What to work on:
The lines to repeat are those below from the one containing "v19 (33.5,48.42079,0)" down to the one containing "face PLANE(AX(P(-32,48.42079,0),D(0,-1,0),D(-1,0,0))) rev", both included; reproduce them exactly and nothing else.

Provided entries: Begin

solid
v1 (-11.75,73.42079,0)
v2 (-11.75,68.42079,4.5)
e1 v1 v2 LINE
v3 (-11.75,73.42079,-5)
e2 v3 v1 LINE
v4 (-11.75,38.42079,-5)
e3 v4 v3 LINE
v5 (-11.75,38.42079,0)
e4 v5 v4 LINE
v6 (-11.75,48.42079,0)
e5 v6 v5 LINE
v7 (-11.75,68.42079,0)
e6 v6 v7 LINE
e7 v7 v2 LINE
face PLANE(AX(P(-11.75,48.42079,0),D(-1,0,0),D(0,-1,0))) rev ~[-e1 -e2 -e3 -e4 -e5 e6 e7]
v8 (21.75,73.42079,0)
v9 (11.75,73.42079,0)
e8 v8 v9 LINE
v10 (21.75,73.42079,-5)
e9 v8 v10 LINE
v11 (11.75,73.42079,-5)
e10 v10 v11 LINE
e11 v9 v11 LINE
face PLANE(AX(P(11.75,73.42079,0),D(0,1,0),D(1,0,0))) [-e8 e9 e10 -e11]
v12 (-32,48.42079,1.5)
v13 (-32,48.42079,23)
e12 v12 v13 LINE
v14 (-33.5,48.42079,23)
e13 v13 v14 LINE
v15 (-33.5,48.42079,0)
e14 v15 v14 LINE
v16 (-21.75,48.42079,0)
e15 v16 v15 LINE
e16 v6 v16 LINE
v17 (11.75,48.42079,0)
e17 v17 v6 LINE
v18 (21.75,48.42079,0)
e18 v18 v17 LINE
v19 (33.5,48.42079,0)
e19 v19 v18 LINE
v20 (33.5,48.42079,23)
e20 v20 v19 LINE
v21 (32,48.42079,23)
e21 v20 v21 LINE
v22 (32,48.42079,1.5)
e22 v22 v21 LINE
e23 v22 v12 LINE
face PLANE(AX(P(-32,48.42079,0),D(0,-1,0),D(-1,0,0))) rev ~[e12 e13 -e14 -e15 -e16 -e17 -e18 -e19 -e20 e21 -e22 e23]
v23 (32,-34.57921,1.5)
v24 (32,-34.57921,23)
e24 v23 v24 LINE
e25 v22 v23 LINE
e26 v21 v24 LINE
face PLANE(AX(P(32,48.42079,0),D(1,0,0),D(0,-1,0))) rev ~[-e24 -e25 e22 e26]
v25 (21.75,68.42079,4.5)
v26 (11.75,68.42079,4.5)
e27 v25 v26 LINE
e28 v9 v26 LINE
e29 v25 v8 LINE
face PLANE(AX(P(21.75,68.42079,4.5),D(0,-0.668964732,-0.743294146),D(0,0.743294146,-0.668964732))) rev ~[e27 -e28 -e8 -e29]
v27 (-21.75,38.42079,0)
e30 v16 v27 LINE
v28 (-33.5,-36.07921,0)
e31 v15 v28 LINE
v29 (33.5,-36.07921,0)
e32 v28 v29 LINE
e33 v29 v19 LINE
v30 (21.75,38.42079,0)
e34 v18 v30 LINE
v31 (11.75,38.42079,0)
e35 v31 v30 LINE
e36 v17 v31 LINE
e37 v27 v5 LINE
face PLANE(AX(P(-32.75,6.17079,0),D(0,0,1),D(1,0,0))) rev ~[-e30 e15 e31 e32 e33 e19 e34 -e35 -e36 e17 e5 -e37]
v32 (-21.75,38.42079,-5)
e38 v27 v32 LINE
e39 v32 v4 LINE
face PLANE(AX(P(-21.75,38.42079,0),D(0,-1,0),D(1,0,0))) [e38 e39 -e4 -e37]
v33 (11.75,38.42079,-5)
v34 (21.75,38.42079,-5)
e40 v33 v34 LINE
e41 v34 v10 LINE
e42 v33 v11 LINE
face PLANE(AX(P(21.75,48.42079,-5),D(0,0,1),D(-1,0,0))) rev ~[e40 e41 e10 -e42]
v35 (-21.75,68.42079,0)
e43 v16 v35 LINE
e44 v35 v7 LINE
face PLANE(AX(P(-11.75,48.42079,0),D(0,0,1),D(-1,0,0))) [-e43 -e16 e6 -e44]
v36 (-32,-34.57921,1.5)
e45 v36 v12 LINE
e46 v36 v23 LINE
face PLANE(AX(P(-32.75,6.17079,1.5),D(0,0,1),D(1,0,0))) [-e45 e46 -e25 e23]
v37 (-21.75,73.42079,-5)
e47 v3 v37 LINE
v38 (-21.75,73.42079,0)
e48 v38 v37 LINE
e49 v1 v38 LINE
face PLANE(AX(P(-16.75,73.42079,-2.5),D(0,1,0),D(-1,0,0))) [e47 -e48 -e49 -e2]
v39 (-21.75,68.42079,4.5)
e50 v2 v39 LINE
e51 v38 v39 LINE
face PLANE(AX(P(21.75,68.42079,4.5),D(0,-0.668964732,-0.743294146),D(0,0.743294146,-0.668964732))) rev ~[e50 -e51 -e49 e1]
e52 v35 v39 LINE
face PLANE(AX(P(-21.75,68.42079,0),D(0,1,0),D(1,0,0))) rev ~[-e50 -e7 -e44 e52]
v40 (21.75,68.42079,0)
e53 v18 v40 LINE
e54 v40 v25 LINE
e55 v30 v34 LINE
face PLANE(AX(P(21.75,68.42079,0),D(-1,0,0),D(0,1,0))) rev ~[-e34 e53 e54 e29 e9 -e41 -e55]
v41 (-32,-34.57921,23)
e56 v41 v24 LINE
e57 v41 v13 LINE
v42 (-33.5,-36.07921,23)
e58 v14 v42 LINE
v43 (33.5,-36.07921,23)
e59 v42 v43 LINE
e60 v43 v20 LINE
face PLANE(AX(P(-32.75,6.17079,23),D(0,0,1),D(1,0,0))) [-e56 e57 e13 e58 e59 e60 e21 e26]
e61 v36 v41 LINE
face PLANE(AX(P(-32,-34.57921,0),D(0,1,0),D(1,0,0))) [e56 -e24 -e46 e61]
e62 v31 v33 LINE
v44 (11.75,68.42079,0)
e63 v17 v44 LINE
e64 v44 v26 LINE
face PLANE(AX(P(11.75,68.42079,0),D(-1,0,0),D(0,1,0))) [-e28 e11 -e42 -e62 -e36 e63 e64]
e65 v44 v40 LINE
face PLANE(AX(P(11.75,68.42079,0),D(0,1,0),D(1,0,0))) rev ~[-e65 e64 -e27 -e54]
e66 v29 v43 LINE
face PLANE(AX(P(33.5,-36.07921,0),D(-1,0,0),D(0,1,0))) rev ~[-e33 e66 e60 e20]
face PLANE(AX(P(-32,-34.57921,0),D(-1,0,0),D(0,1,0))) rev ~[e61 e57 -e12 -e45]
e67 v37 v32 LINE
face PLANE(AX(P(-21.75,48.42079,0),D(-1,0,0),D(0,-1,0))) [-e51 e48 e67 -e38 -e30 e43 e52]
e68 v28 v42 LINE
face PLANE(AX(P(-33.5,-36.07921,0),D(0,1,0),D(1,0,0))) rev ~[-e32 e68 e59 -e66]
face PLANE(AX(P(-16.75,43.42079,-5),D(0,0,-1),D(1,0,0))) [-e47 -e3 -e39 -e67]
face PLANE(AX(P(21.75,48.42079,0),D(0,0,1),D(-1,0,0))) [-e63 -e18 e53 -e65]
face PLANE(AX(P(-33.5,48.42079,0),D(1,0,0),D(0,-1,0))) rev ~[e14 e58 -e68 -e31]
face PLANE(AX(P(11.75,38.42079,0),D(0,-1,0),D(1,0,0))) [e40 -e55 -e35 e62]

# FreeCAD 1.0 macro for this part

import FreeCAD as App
import Part
import Sketcher

V = App.Vector
Q = App.Units.Quantity


def add_polygon(sketch, points):
    """Adds a closed chain of lines whose ends are joined by coincident constraints."""
    first, n = sketch.GeometryCount, len(points)
    for a, b in zip(points, points[1:] + points[:1]):
        sketch.addGeometry(Part.LineSegment(App.Vector(*a, 0), App.Vector(*b, 0)), False)
    for i in range(n):
        sketch.addConstraint(Sketcher.Constraint("Coincident", first + i, 2, first + (i + 1) % n, 1))

doc = App.newDocument("Part")
body = doc.addObject("PartDesign::Body", "Body")

sketch1 = body.newObject("Sketcher::SketchObject", "Sketch")
sketch1.AttachmentSupport = (doc.getObject("XY_Plane"), [""])
sketch1.MapMode = "FlatFace"
add_polygon(sketch1, [(-32, 48.4), (-33.5, 48.4), (-33.5, -36.1), (33.5, -36.1), (33.5, 48.4), (32, 48.4), (32, -34.6), (-32, -34.6)])
sketch1.addConstraint([
    Sketcher.Constraint("Horizontal", 0),
    Sketcher.Constraint("Vertical", 1),
    Sketcher.Constraint("Horizontal", 2),
    Sketcher.Constraint("Vertical", 3),
    Sketcher.Constraint("Horizontal", 4),
    Sketcher.Constraint("Vertical", 5),
    Sketcher.Constraint("Horizontal", 6),
    Sketcher.Constraint("Vertical", 7),
    Sketcher.Constraint("Symmetric", 0, 2, 3, 2, -2),
    Sketcher.Constraint("Equal", 0, 4),
    Sketcher.Constraint("DistanceX", 2, 1, 2, 2, Q("67 mm")),
    Sketcher.Constraint("DistanceX", 6, 2, 6, 1, Q("64 mm")),
    Sketcher.Constraint("DistanceY", 5, 2, 5, 1, Q("83 mm")),
    Sketcher.Constraint("DistanceY", 1, 2, 1, 1, Q("84.5 mm")),
    Sketcher.Constraint("DistanceY", -1, 1, 0, 2, Q("48.42079 mm")),
])
pad1 = body.newObject("PartDesign::Pad", "Pad")
pad1.Profile = sketch1
pad1.Length = 23

sketch2 = body.newObject("Sketcher::SketchObject", "Sketch001")
sketch2.AttachmentSupport = (doc.getObject("XY_Plane"), [""])
sketch2.MapMode = "FlatFace"
add_polygon(sketch2, [(-34, 48), (-34, -36), (34, -36), (34, 48)])
sketch2.addConstraint([
    Sketcher.Constraint("Vertical", 0),
    Sketcher.Constraint("Horizontal", 1),
    Sketcher.Constraint("Vertical", 2),
    Sketcher.Constraint("Horizontal", 3),
    Sketcher.Constraint("DistanceX", 1, 1, 1, 2, Q("67 mm")),
    Sketcher.Constraint("DistanceY", 0, 2, 0, 1, Q("84.5 mm")),
    Sketcher.Constraint("DistanceX", 0, 2, -1, 1, Q("33.5 mm")),
    Sketcher.Constraint("DistanceY", 0, 2, -1, 1, Q("36.07921 mm")),
])
pad2 = body.newObject("PartDesign::Pad", "Pad001")
pad2.Profile = sketch2
pad2.Length = 1.5

sketch3 = body.newObject("Sketcher::SketchObject", "Sketch002")
sketch3.AttachmentSupport = (doc.getObject("XY_Plane"), [""])
sketch3.MapMode = "FlatFace"
add_polygon(sketch3, [(12, 38), (12, 48), (22, 48), (22, 38)])
add_polygon(sketch3, [(-22, 38), (-22, 48), (-12, 48), (-12, 38)])
sketch3.addConstraint([
    Sketcher.Constraint("Vertical", 0),
    Sketcher.Constraint("Horizontal", 1),
    Sketcher.Constraint("Vertical", 2),
    Sketcher.Constraint("Horizontal", 3),
    Sketcher.Constraint("Vertical", 4),
    Sketcher.Constraint("Horizontal", 5),
    Sketcher.Constraint("Vertical", 6),
    Sketcher.Constraint("Horizontal", 7),
    Sketcher.Constraint("Symmetric", 1, 2, 4, 2, -2),
    Sketcher.Constraint("Symmetric", 3, 2, 6, 2, -2),
    Sketcher.Constraint("Equal", 7, 0),
    Sketcher.Constraint("DistanceX", 1, 1, 1, 2, Q("10 mm")),
    Sketcher.Constraint("DistanceX", 4, 2, 0, 2, Q("33.5 mm")),
    Sketcher.Constraint("DistanceY", -1, 1, 0, 2, Q("48.42079 mm")),
])
pad3 = body.newObject("PartDesign::Pad", "Pad002")
pad3.Profile = sketch3
pad3.Length = 5
pad3.Reversed = True

sketch4 = body.newObject("Sketcher::SketchObject", "Sketch003")
sketch4.AttachmentSupport = (doc.getObject("XZ_Plane"), [""])
sketch4.MapMode = "FlatFace"
sketch4.AttachmentOffset = App.Placement(V(0, 0, -48.42079), App.Rotation())
add_polygon(sketch4, [(22, 0), (22, -5), (12, -5), (12, 0)])
add_polygon(sketch4, [(-12, 0), (-12, -5), (-22, -5), (-22, 0)])
sketch4.addConstraint([
    Sketcher.Constraint("Vertical", 0),
    Sketcher.Constraint("Horizontal", 1),
    Sketcher.Constraint("Vertical", 2),
    Sketcher.Constraint("Horizontal", 3),
    Sketcher.Constraint("Vertical", 4),
    Sketcher.Constraint("Horizontal", 5),
    Sketcher.Constraint("Vertical", 6),
    Sketcher.Constraint("Horizontal", 7),
    Sketcher.Constraint("Symmetric", 3, 2, 6, 2, -1, 1),
    Sketcher.Constraint("Symmetric", 1, 2, 4, 2, -2),
    Sketcher.Constraint("PointOnObject", 2, 2, -1),
    Sketcher.Constraint("DistanceX", 1, 2, 1, 1, Q("10 mm")),
    Sketcher.Constraint("DistanceY", 0, 2, 0, 1, Q("5 mm")),
    Sketcher.Constraint("DistanceX", 4, 2, 1, 2, Q("23.5 mm")),
])
pad4 = body.newObject("PartDesign::Pad", "Pad003")
pad4.Profile = sketch4
pad4.Length = 25
pad4.Reversed = True

sketch5 = body.newObject("Sketcher::SketchObject", "Sketch004")
sketch5.AttachmentSupport = (doc.getObject("XY_Plane"), [""])
sketch5.MapMode = "FlatFace"
add_polygon(sketch5, [(12, 73), (12, 68), (22, 68), (22, 73)])
add_polygon(sketch5, [(-22, 73), (-22, 68), (-12, 68), (-12, 73)])
sketch5.addConstraint([
    Sketcher.Constraint("Vertical", 0),
    Sketcher.Constraint("Horizontal", 1),
    Sketcher.Constraint("Vertical", 2),
    Sketcher.Constraint("Horizontal", 3),
    Sketcher.Constraint("Vertical", 4),
    Sketcher.Constraint("Horizontal", 5),
    Sketcher.Constraint("Vertical", 6),
    Sketcher.Constraint("Horizontal", 7),
    Sketcher.Constraint("Symmetric", 1, 2, 4, 2, -2),
    Sketcher.Constraint("Symmetric", 3, 2, 6, 2, -2),
    Sketcher.Constraint("DistanceX", 1, 1, 1, 2, Q("10 mm")),
    Sketcher.Constraint("DistanceY", 0, 2, 0, 1, Q("5 mm")),
    Sketcher.Constraint("DistanceX", 4, 2, 0, 2, Q("33.5 mm")),
    Sketcher.Constraint("DistanceY", -1, 1, 0, 2, Q("68.42079 mm")),
])
pad5 = body.newObject("PartDesign::Pad", "Pad004")
pad5.Profile = sketch5
pad5.Length = 5

sketch6 = body.newObject("Sketcher::SketchObject", "Sketch005")
sketch6.AttachmentSupport = (doc.getObject("YZ_Plane"), [""])
sketch6.MapMode = "FlatFace"
sketch6.AttachmentOffset = App.Placement(V(0, 0, 21.75), App.Rotation())
add_polygon(sketch6, [(73.4, 5), (68.4, 5), (68.4, 4.5), (73.4, 0)])
sketch6.addConstraint([
    Sketcher.Constraint("Horizontal", 0),
    Sketcher.Constraint("Vertical", 1),
    Sketcher.Constraint("Vertical", 3),
    Sketcher.Constraint("PointOnObject", 2, 2, -1),
    Sketcher.Constraint("Equal", 0, 3),
    Sketcher.Constraint("DistanceX", 0, 2, 0, 1, Q("5 mm")),
    Sketcher.Constraint("DistanceY", 1, 2, 1, 1, Q("0.5 mm")),
    Sketcher.Constraint("DistanceX", -1, 1, 0, 2, Q("68.42079 mm")),
])
pocket1 = body.newObject("PartDesign::Pocket", "Pocket")
pocket1.Profile = sketch6
pocket1.Length = 47.7

doc.recompute()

Provided entries: End

Written solution:
v19 (33.5,48.42079,0)
e19 v19 v18 LINE
v20 (33.5,48.42079,23)
e20 v20 v19 LINE
v21 (32,48.42079,23)
e21 v20 v21 LINE
v22 (32,48.42079,1.5)
e22 v22 v21 LINE
e23 v22 v12 LINE
face PLANE(AX(P(-32,48.42079,0),D(0,-1,0),D(-1,0,0))) rev ~[e12 e13 -e14 -e15 -e16 -e17 -e18 -e19 -e20 e21 -e22 e23]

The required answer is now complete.